The dollar weakened to a five-week low, extending its August decline of 2.2%, as investors anticipate crucial U.S. labor market data expected to reinforce market expectations for a September Fed rate cut, currently priced at 90%. This decline reflects a narrative of a softening U.S. economy no longer outperforming, alongside ongoing political risks including concerns over Fed independence. Concurrently, the euro gained, and the yuan held near a 10-month high, supported by central bank fixings and a private survey indicating expanded Chinese factory activity.

Analysis

The U.S. dollar has depreciated to a five-week low, registering a 2.2% monthly decline in August and trading at 97.64 against a basket of currencies. This downward pressure is primarily driven by investor anticipation of a Federal Reserve monetary easing cycle, with money markets pricing a 90% probability of a 25-basis-point rate cut in September.
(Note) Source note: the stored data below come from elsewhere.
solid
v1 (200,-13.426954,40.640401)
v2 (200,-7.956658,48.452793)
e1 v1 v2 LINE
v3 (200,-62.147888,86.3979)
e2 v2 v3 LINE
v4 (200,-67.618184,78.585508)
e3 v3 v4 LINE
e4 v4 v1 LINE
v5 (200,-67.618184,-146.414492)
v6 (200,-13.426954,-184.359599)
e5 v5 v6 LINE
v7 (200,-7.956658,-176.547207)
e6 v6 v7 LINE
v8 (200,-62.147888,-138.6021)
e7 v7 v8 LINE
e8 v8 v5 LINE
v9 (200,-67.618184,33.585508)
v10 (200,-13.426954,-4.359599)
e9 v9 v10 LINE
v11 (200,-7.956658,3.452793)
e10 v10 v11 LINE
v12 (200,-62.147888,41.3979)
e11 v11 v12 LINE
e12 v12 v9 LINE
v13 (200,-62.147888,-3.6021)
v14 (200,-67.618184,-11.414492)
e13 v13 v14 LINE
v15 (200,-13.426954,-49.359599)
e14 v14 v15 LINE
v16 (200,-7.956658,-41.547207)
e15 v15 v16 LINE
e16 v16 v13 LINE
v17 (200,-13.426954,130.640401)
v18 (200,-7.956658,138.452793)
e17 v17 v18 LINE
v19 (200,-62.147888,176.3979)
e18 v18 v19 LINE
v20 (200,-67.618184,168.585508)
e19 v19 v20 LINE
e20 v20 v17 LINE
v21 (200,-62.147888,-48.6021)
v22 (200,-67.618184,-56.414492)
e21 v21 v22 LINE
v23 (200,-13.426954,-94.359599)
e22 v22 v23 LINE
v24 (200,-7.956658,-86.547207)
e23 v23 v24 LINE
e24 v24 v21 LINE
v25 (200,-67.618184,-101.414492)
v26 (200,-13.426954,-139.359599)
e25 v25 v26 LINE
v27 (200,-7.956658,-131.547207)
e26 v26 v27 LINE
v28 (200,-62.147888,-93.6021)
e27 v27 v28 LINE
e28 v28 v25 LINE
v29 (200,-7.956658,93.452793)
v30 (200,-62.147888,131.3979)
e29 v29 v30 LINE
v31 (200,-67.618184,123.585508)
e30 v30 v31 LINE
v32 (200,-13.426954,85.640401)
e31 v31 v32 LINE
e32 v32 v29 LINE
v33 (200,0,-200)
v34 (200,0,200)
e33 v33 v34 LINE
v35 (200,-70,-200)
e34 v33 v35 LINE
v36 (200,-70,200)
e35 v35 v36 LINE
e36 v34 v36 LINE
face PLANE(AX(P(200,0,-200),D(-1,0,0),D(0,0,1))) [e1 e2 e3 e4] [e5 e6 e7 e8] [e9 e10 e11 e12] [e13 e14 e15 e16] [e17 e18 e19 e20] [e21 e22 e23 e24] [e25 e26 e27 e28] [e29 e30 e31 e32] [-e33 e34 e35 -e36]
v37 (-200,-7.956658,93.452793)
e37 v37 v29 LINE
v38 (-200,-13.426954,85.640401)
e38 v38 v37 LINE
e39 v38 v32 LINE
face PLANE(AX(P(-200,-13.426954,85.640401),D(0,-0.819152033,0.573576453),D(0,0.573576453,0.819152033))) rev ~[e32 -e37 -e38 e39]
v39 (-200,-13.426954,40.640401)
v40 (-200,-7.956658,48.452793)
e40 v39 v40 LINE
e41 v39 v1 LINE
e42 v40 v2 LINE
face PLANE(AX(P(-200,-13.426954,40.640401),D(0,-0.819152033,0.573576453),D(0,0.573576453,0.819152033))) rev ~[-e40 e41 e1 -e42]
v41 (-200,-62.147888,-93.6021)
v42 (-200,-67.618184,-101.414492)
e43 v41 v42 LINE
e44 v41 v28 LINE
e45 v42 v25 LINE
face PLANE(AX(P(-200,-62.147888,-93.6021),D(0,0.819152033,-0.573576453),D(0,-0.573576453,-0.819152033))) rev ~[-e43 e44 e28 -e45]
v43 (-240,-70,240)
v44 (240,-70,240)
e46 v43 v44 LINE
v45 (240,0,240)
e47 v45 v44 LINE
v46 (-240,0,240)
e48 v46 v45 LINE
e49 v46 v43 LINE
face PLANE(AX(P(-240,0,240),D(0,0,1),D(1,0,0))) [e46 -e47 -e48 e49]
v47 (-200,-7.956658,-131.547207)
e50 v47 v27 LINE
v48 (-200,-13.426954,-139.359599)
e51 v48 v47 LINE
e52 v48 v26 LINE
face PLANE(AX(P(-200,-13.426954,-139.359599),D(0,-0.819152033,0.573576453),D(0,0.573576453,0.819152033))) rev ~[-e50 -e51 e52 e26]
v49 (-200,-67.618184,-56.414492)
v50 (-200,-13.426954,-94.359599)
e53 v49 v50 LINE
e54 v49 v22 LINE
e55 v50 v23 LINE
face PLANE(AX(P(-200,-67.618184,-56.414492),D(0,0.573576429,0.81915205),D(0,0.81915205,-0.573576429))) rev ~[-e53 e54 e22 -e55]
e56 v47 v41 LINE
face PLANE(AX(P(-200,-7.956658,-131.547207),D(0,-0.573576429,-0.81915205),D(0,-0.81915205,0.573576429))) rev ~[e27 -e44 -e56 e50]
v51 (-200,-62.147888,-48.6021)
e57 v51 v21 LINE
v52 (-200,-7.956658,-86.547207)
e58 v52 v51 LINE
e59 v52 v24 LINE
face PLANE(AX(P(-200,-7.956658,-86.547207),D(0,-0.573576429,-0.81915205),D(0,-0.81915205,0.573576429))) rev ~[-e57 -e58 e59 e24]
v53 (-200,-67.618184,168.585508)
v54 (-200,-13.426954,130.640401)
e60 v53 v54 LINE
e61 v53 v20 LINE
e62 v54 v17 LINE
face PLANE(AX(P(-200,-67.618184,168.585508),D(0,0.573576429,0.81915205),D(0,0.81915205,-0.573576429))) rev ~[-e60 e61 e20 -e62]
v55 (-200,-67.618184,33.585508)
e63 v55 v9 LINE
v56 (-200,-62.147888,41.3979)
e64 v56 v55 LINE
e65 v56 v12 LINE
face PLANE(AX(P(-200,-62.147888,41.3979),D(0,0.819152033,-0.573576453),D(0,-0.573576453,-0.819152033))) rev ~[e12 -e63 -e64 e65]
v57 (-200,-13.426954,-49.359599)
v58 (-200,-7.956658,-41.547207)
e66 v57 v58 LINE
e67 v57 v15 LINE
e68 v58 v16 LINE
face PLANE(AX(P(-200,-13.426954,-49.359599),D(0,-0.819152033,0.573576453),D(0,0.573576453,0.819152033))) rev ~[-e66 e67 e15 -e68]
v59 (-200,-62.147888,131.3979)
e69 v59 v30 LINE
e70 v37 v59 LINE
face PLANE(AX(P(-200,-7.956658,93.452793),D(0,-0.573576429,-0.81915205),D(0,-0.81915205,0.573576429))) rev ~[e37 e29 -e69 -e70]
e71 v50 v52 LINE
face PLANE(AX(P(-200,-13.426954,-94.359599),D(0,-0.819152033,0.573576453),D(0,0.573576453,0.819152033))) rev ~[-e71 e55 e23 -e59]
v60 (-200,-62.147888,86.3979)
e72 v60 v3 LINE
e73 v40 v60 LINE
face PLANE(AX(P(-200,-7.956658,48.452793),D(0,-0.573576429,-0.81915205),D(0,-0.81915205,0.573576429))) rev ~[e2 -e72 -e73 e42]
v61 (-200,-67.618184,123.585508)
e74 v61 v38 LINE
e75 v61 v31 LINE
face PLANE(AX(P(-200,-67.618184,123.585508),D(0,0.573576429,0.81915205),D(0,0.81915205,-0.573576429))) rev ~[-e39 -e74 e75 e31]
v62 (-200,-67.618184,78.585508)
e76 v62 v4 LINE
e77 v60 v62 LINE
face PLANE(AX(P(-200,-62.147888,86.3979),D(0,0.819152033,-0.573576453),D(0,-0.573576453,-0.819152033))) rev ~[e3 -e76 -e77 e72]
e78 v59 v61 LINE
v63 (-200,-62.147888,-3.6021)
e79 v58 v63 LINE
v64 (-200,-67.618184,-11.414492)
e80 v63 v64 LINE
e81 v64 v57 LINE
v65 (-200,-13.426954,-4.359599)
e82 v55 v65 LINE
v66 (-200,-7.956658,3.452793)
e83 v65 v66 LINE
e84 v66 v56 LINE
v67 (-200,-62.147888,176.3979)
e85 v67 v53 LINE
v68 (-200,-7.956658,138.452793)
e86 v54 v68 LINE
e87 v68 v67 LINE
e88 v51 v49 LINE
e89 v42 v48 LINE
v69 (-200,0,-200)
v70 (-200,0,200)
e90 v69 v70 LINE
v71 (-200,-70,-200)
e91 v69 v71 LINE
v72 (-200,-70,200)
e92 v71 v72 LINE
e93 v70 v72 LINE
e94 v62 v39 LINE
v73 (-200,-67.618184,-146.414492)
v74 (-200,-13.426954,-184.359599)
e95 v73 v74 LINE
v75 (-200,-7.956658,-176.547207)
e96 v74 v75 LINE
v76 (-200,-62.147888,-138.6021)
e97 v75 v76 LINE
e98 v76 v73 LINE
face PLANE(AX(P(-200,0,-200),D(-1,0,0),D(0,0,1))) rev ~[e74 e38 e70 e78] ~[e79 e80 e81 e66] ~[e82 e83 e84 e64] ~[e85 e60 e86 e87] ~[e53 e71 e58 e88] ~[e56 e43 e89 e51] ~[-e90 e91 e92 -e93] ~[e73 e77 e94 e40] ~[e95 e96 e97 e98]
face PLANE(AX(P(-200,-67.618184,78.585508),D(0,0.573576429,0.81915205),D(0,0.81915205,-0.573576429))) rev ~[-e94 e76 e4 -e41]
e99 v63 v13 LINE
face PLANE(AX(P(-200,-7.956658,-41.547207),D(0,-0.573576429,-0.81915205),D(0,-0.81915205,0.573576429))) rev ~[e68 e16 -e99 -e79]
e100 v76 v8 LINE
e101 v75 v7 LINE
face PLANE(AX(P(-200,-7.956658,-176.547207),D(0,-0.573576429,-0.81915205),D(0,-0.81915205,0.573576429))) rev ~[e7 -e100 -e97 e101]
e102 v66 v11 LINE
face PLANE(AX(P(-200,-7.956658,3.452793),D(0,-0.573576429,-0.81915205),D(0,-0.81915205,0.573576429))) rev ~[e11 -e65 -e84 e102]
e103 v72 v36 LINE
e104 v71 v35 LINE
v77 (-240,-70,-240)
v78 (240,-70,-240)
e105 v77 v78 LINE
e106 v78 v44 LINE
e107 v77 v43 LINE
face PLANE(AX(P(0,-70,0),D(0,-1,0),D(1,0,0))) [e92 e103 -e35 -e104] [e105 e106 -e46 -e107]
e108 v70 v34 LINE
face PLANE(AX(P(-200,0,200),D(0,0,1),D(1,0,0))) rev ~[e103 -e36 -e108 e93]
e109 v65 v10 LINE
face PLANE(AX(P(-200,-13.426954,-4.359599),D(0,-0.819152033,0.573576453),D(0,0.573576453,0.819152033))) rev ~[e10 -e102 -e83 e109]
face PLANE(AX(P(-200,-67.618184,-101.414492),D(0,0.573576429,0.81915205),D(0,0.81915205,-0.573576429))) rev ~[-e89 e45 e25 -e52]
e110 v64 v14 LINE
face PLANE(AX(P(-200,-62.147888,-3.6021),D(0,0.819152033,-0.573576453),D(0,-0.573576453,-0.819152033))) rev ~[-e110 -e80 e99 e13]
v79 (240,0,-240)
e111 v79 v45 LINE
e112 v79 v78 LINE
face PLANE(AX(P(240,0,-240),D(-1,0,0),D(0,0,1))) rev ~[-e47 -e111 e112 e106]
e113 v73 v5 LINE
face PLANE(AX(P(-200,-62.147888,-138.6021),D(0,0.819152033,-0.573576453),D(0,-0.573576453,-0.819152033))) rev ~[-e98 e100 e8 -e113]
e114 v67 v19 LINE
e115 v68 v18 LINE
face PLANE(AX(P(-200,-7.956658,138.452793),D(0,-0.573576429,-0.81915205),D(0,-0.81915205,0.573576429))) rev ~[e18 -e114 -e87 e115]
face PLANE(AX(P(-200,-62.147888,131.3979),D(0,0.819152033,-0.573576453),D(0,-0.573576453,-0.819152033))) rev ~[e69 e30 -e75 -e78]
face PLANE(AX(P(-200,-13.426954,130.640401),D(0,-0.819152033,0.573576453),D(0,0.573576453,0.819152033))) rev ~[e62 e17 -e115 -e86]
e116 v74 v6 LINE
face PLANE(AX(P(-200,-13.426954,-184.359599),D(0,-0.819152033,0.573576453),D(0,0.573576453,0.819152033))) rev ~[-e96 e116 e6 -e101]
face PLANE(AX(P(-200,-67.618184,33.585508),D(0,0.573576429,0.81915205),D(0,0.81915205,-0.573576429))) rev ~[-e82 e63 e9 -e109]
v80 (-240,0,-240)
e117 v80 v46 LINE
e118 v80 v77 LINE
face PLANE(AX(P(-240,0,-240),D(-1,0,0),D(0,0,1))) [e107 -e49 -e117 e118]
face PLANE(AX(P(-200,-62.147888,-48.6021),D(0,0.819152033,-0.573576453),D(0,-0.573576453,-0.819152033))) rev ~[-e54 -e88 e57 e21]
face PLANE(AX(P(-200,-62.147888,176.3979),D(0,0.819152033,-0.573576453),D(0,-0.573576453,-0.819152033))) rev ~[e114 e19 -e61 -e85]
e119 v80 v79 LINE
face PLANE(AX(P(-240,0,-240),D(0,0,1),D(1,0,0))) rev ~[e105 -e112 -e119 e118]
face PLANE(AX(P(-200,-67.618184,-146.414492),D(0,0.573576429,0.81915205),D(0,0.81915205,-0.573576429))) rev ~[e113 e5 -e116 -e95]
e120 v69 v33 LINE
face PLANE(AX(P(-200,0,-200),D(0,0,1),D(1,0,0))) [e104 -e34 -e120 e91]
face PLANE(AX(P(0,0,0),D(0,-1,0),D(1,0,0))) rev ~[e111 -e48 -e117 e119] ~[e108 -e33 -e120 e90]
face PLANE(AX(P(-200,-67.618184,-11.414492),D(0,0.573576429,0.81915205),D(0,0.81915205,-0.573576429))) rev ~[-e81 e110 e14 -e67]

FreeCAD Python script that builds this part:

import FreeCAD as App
import Part
import Sketcher
Q = App.Units.Quantity


def add_polygon(sketch, points):
    """Adds a closed chain of lines whose ends are joined by coincident constraints."""
    first, n = sketch.GeometryCount, len(points)
    for a, b in zip(points, points[1:] + points[:1]):
        sketch.addGeometry(Part.LineSegment(App.Vector(*a, 0), App.Vector(*b, 0)), False)
    for i in range(n):
        sketch.addConstraint(Sketcher.Constraint("Coincident", first + i, 2, first + (i + 1) % n, 1))

doc = App.newDocument("Part")
body = doc.addObject("PartDesign::Body", "Body")

sketch1 = body.newObject("Sketcher::SketchObject", "Sketch")
sketch1.AttachmentSupport = (doc.getObject("XZ_Plane"), [""])
sketch1.MapMode = "FlatFace"
add_polygon(sketch1, [(-240, 240), (-240, -240), (240, -240), (240, 240)])
add_polygon(sketch1, [(200, -200), (-200, -200), (-200, 200), (200, 200)])
sketch1.addConstraint(Sketcher.Constraint("Vertical", 0))
sketch1.addConstraint(Sketcher.Constraint("Horizontal", 1))
sketch1.addConstraint(Sketcher.Constraint("Vertical", 2))
sketch1.addConstraint(Sketcher.Constraint("Horizontal", 3))
sketch1.addConstraint(Sketcher.Constraint("Horizontal", 4))
sketch1.addConstraint(Sketcher.Constraint("Vertical", 5))
sketch1.addConstraint(Sketcher.Constraint("Horizontal", 6))
sketch1.addConstraint(Sketcher.Constraint("Vertical", 7))
sketch1.addConstraint(Sketcher.Constraint("Symmetric", 0, 2, 2, 2, -1, 1))
sketch1.addConstraint(Sketcher.Constraint("Symmetric", 4, 2, 6, 2, -1, 1))
sketch1.addConstraint(Sketcher.Constraint("Equal", 3, 0))
sketch1.addConstraint(Sketcher.Constraint("Equal", 6, 5))
sketch1.addConstraint(Sketcher.Constraint("DistanceX", 1, 1, 1, 2, Q("480 mm")))
sketch1.addConstraint(Sketcher.Constraint("DistanceX", 4, 2, 4, 1, Q("400 mm")))
pad1 = body.newObject("PartDesign::Pad", "Pad")
pad1.Profile = sketch1
pad1.Length = 70

sketch2 = body.newObject("Sketcher::SketchObject", "Sketch001")
sketch2.AttachmentSupport = (doc.getObject("YZ_Plane"), [""])
sketch2.MapMode = "FlatFace"
sketch2.AttachmentOffset = App.Placement(App.Vector(0, 0, -200), App.Rotation())
add_polygon(sketch2, [(-8, 138), (-62, 176), (-68, 169), (-13, 131)])
add_polygon(sketch2, [(-62, 131), (-68, 124), (-13, 86), (-8, 93)])
add_polygon(sketch2, [(-62, 86), (-68, 79), (-13, 41), (-8, 48)])
add_polygon(sketch2, [(-62, 41), (-68, 34), (-13, -4), (-8, 3)])
add_polygon(sketch2, [(-62, -4), (-68, -11), (-13, -49), (-8, -42)])
add_polygon(sketch2, [(-62, -49), (-68, -56), (-13, -94), (-8, -87)])
add_polygon(sketch2, [(-62, -94), (-68, -101), (-13, -139), (-8, -132)])
add_polygon(sketch2, [(-62, -139), (-68, -146), (-13, -184), (-8, -177)])
sketch2.addConstraint(Sketcher.Constraint("Perpendicular", 0, 1))
sketch2.addConstraint(Sketcher.Constraint("Perpendicular", 1, 2))
sketch2.addConstraint(Sketcher.Constraint("Perpendicular", 2, 3))
sketch2.addConstraint(Sketcher.Constraint("Parallel", 3, 4))
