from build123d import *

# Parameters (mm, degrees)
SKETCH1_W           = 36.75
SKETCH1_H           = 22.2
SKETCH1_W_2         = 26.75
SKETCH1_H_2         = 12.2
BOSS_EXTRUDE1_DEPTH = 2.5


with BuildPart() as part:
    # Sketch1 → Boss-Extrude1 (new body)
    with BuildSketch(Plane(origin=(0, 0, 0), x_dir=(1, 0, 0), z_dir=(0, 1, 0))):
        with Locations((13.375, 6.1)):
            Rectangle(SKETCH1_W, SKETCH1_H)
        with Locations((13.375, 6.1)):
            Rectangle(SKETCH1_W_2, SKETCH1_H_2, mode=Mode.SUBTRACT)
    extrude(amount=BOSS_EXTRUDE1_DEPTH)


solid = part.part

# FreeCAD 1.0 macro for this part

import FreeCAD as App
import Part
import Sketcher


def add_polygon(sketch, points):
    """Adds a closed chain of lines whose ends are joined by coincident constraints."""
    first, n = sketch.GeometryCount, len(points)
    for a, b in zip(points, points[1:] + points[:1]):
        sketch.addGeometry(Part.LineSegment(App.Vector(*a, 0), App.Vector(*b, 0)), False)
    for i in range(n):
        sketch.addConstraint(Sketcher.Constraint("Coincident", first + i, 2, first + (i + 1) % n, 1))

doc = App.newDocument("Part")
body = doc.addObject("PartDesign::Body", "Body")

# Sketch on XZ plane
sketch1 = doc.addObject("Sketcher::SketchObject", "Sketch")
body.addObject(sketch1)
sketch1.AttachmentSupport = (doc.XZ_Plane, [""])
sketch1.MapMode = "FlatFace"
add_polygon(sketch1, [(-5, -17.2), (-5, 5), (31.75, 5), (31.75, -17.2)])  # lines 0-3
add_polygon(sketch1, [(26.75, 0), (0, 0), (0, -12.2), (26.75, -12.2)])  # lines 4-7
sketch1.addConstraint(Sketcher.Constraint("Vertical", 0))
sketch1.addConstraint(Sketcher.Constraint("Horizontal", 1))
sketch1.addConstraint(Sketcher.Constraint("Vertical", 2))
sketch1.addConstraint(Sketcher.Constraint("Horizontal", 3))
sketch1.addConstraint(Sketcher.Constraint("Horizontal", 4))
sketch1.addConstraint(Sketcher.Constraint("Vertical", 5))
sketch1.addConstraint(Sketcher.Constraint("Horizontal", 6))
sketch1.addConstraint(Sketcher.Constraint("Vertical", 7))
sketch1.addConstraint(Sketcher.Constraint("Coincident", 4, 2, -1, 1))
sketch1.addConstraint(Sketcher.Constraint("DistanceY", 0, 1, 0, 2, 22.2))
sketch1.addConstraint(Sketcher.Constraint("DistanceY", 5, 2, 5, 1, 12.2))
sketch1.addConstraint(Sketcher.Constraint("DistanceX", 0, 2, -1, 1, 5.0))
sketch1.addConstraint(Sketcher.Constraint("DistanceY", -1, 1, 0, 2, 5.0))
sketch1.addConstraint(Sketcher.Constraint("DistanceX", 6, 2, 2, 2, 5.0))
sketch1.addConstraint(Sketcher.Constraint("DistanceX", 1, 1, 1, 2, 36.75))
pad1 = doc.addObject("PartDesign::Pad", "Pad")
body.addObject(pad1)
pad1.Profile = sketch1
pad1.Length = 2.5
pad1.Reversed = True

doc.recompute()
The prevailing market narrative, which will be tested by this week's U.S. labor market data including the nonfarm payrolls report, is that the U.S. economy is softening and losing its long-standing outperformance. A Societe Generale economist noted that severe economic weakness could prompt a more forceful Fed response than currently priced, while unexpectedly strong data could render rate cuts unwarranted. This dollar weakness is occurring alongside political and policy uncertainty, including concerns over Federal Reserve independence and potential "fiscal dominance," though analysts at Deutsche Bank observe that these risks are not yet materially priced into the market. Concurrently, the euro has strengthened to $1.1724 and sterling to $1.3528, while the Chinese yuan has held firm near a 10-month high, supported by central bank actions despite conflicting signals from official and private-sector manufacturing surveys.